Some promising results are noted in recent trials of combination therapies composed of a combination of biologics including ICIs, cytokines, immunomodulatory proteins, CAR-T and CAR-NK adoptive therapies, vaccines, and oncolytic viruses. Across many trials, even those that did not achieve their primary efficacy endpoints, several patients demonstrate long-term response to therapy. Therefore, there is a necessity for improved subtyping of GBM for improved trial design to identify specific therapies and patients with clinical response.
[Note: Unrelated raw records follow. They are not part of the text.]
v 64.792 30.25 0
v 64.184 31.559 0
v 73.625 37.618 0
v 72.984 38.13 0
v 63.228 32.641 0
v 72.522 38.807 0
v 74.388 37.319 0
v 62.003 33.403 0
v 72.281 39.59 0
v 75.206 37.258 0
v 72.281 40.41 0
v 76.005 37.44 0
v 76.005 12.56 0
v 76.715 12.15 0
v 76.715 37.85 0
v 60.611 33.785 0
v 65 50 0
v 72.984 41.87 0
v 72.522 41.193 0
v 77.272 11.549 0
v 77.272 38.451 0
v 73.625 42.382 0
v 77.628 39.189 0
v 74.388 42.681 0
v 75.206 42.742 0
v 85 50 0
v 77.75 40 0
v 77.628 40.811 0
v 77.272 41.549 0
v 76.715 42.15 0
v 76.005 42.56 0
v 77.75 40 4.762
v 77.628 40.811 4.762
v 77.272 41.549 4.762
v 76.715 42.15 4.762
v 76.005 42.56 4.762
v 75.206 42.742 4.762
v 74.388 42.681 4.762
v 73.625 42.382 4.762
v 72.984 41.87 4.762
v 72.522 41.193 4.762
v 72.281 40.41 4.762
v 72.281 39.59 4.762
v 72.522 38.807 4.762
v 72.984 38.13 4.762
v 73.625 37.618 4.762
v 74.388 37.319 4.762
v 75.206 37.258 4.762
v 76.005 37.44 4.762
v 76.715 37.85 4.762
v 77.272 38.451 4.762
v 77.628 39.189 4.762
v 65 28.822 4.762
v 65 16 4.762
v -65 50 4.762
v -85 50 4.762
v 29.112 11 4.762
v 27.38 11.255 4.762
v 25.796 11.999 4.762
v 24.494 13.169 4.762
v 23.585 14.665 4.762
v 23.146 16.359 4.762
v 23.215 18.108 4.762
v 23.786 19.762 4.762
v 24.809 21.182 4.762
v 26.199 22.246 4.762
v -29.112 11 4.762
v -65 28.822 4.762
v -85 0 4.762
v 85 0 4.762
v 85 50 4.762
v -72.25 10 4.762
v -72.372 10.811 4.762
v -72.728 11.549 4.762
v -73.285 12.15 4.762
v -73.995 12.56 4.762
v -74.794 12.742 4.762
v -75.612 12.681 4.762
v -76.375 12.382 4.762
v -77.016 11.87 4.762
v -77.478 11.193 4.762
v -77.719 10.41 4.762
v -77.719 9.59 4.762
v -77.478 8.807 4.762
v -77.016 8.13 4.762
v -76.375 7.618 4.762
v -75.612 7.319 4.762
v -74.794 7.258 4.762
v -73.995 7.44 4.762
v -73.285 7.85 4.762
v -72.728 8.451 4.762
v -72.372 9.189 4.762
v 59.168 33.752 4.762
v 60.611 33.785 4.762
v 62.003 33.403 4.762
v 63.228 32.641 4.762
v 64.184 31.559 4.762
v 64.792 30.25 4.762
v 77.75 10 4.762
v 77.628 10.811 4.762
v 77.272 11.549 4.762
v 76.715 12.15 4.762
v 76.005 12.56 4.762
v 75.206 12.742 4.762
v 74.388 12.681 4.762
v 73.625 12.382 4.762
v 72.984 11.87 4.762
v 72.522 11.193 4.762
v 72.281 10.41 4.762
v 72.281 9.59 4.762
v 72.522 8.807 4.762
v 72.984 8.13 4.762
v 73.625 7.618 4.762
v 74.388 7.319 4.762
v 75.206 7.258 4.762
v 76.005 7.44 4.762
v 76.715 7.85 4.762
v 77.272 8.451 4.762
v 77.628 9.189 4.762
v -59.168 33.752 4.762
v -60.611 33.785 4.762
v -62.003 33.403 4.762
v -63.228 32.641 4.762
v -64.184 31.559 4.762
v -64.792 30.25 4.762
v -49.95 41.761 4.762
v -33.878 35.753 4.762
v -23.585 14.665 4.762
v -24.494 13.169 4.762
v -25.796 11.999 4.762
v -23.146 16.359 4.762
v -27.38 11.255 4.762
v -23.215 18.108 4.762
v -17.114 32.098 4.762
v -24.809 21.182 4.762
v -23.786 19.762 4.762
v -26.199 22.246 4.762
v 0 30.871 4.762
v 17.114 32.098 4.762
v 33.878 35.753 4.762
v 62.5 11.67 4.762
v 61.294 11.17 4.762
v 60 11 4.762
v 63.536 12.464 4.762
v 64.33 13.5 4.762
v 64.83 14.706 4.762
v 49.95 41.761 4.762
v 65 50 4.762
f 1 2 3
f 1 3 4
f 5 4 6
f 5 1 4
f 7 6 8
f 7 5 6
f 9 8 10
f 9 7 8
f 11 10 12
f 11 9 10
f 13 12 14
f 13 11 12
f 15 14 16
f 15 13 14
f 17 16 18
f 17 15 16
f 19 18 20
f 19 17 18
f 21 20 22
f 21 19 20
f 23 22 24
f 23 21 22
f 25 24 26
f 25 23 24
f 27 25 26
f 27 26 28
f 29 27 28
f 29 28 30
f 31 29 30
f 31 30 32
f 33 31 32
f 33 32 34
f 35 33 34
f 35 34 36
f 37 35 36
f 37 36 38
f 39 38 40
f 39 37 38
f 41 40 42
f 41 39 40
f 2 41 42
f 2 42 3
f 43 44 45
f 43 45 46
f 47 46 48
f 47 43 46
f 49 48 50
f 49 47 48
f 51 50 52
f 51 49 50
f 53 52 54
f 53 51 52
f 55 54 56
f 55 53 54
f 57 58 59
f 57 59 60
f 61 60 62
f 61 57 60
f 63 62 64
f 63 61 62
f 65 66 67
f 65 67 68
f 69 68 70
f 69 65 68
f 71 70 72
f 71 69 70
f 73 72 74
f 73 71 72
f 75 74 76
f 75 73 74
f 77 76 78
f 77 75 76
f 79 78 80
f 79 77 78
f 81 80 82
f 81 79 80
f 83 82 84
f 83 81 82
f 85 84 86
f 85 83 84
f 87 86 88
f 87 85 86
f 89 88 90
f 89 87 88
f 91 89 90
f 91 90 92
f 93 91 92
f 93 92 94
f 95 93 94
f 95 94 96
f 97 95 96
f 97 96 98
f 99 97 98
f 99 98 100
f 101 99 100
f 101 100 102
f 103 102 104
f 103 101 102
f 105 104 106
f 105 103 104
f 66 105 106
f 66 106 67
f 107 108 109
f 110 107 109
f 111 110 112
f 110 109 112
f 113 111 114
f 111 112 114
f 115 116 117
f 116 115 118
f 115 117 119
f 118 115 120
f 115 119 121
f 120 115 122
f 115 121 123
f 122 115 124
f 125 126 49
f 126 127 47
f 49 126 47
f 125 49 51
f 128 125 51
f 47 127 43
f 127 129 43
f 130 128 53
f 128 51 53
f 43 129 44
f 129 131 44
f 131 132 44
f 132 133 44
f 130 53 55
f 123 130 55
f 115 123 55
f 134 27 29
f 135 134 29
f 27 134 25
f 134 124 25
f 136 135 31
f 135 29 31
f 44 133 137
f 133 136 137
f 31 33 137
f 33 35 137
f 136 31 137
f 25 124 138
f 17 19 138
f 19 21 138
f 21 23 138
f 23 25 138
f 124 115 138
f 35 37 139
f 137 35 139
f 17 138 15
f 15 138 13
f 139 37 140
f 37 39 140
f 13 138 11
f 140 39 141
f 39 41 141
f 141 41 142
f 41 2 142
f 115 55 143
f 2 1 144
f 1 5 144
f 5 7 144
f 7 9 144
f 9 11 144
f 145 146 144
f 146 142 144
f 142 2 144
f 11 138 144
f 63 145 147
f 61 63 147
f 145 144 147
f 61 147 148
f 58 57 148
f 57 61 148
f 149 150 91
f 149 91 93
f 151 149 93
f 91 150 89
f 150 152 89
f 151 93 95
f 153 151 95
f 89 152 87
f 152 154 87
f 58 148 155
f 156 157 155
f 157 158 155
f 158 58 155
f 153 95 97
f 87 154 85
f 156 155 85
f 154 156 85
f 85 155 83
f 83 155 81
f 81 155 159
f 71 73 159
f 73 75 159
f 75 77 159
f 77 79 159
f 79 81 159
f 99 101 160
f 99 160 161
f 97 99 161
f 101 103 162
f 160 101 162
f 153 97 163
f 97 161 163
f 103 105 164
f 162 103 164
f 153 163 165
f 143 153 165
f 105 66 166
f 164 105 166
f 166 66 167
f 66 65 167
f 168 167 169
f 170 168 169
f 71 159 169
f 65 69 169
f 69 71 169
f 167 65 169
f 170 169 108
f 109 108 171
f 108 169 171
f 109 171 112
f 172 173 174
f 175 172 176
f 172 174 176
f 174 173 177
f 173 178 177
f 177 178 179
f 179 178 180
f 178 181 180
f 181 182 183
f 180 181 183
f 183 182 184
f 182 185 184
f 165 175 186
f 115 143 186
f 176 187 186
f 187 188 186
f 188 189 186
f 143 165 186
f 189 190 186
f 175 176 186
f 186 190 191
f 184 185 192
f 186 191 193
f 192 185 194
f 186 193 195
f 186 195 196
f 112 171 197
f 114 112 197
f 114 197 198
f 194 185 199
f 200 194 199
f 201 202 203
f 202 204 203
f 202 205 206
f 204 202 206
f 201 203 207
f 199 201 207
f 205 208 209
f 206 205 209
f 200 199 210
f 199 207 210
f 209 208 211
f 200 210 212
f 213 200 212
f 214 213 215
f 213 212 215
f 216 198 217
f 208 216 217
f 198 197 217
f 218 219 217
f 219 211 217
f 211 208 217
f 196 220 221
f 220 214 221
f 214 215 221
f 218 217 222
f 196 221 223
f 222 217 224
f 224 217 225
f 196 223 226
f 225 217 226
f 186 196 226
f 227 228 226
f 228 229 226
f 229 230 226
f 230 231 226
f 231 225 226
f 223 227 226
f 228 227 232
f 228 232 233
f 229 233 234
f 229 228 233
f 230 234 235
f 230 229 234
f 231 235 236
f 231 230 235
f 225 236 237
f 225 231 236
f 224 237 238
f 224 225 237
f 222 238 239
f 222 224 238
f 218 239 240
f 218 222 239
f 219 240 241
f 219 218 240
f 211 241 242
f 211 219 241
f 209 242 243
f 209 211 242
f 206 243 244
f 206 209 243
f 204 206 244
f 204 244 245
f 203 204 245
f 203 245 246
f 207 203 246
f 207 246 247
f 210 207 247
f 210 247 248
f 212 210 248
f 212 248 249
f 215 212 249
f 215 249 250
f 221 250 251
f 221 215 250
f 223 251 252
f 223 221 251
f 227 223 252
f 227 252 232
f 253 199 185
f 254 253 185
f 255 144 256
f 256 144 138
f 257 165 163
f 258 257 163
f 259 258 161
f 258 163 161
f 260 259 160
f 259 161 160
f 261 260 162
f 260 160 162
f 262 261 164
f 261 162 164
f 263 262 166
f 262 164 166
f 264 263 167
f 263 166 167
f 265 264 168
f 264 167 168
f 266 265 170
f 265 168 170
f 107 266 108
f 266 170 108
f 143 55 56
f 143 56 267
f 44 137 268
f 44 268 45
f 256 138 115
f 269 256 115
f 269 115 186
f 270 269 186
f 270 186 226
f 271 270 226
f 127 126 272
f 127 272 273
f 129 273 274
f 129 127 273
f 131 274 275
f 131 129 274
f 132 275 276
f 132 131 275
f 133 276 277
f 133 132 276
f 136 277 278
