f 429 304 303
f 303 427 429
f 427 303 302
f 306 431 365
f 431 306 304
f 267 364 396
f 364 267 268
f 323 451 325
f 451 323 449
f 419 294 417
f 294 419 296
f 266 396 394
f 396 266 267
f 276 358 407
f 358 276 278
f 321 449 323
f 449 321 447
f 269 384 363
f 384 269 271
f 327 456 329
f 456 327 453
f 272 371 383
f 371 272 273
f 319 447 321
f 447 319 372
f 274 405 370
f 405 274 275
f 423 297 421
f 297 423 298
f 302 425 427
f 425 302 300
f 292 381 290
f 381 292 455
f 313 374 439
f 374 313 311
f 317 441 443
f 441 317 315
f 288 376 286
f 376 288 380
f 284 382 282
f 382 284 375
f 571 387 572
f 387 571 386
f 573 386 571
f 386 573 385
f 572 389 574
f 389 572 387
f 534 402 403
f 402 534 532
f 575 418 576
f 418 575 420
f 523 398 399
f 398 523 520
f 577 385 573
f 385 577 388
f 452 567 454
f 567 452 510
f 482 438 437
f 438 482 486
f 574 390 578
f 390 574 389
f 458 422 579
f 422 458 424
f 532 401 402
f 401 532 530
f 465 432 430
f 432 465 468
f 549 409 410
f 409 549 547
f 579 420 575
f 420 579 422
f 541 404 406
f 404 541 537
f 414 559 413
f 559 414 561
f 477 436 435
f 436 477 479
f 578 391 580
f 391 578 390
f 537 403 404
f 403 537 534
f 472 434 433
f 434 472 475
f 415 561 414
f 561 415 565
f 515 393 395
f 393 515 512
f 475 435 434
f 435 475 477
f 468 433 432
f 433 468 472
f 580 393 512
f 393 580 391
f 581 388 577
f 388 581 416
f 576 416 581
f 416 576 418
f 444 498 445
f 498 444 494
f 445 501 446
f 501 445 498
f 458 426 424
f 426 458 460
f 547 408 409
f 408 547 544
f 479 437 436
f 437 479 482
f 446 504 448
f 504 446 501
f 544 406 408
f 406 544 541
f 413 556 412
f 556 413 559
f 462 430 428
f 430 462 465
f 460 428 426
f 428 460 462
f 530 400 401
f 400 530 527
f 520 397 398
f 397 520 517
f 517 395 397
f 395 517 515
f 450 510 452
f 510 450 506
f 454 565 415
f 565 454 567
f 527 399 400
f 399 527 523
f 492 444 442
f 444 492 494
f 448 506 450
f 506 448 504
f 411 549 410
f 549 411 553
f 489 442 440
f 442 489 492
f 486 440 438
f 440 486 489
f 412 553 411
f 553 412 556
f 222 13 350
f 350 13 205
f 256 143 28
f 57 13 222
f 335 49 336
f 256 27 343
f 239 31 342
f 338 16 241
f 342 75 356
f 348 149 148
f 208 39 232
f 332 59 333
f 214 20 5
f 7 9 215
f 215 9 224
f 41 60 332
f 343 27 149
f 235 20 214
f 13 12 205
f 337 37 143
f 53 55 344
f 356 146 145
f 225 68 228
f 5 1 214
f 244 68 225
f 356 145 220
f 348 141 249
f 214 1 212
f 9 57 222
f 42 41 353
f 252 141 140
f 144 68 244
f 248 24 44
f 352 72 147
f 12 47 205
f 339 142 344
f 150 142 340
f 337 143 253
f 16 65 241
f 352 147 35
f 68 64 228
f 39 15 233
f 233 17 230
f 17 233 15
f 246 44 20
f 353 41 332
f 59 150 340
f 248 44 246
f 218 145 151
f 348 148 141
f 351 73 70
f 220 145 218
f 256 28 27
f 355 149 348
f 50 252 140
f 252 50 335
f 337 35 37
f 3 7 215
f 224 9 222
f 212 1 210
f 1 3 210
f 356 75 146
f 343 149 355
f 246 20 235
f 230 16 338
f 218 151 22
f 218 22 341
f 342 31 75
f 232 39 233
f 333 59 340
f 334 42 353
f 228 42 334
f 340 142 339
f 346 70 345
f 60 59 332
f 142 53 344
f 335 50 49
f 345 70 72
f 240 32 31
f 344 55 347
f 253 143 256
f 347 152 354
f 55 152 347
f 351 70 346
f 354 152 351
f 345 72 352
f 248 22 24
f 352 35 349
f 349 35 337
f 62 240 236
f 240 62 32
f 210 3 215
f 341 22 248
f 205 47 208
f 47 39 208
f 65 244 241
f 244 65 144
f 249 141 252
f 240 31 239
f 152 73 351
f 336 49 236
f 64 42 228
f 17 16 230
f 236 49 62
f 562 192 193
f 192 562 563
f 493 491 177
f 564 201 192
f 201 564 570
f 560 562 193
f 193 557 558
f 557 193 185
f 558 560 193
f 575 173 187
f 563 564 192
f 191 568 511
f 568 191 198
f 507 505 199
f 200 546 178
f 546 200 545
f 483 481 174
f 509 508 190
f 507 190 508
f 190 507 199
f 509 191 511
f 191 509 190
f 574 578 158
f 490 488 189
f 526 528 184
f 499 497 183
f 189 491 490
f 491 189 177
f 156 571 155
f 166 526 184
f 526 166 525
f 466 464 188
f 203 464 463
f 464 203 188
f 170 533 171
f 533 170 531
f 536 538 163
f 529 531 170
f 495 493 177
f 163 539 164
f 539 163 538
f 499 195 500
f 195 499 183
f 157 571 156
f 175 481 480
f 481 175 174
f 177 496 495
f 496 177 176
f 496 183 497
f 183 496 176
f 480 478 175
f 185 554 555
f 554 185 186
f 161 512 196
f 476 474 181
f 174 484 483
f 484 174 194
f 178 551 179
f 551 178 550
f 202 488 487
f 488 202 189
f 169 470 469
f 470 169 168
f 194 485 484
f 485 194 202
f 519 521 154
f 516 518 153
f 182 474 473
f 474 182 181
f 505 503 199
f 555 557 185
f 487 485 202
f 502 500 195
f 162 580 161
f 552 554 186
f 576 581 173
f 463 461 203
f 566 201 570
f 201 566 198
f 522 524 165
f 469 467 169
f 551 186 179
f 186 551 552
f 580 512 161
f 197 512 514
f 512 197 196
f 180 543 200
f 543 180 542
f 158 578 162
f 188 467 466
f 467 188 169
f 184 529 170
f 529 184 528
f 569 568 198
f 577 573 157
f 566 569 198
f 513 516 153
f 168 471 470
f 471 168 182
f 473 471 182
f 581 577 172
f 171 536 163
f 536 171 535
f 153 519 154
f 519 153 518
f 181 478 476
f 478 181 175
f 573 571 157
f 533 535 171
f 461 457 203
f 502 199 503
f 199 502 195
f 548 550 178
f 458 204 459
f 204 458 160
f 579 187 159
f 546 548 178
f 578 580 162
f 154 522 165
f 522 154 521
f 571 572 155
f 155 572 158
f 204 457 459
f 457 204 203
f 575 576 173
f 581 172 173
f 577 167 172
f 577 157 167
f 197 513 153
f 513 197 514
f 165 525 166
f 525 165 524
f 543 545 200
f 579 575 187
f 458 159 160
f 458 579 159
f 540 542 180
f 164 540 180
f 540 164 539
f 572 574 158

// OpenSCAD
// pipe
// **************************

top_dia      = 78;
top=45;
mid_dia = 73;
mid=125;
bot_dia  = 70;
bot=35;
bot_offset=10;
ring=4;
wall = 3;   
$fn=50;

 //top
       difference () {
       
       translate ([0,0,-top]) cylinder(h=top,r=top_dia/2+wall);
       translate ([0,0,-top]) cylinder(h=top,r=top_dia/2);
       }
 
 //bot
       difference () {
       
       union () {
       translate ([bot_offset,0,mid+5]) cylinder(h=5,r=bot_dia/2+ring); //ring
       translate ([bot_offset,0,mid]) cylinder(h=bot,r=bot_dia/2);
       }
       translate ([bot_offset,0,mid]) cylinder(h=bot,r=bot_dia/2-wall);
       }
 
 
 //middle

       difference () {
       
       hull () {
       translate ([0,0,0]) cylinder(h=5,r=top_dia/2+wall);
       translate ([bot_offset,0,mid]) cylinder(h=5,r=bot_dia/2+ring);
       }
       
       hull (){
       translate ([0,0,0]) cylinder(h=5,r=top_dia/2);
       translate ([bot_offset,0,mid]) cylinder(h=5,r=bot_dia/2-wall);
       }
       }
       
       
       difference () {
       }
Subtyping GBM is a difficult task, what was once thought of as classical subtypes of proneural vs mesenchymal from bulk RNA data has been found to likely be a composite of many co-existing cell states from large snRNA efforts (140). Immune biomarkers from clinical trial results have similarly been limited in separating responders versus non-responders (36, 141). New techniques being used in combination with current clinical trials including serial tumor tissue biopsies and patient derived organoids are promising strategies to improve our biomarkers and subtyping of GBM (121, 137). The development of improved biomarkers and GBM subtyping will guide the appropriate selection and combination of the many promising biologics in GBM immunotherapy to catalyze therapeutic development and improve patient outcomes.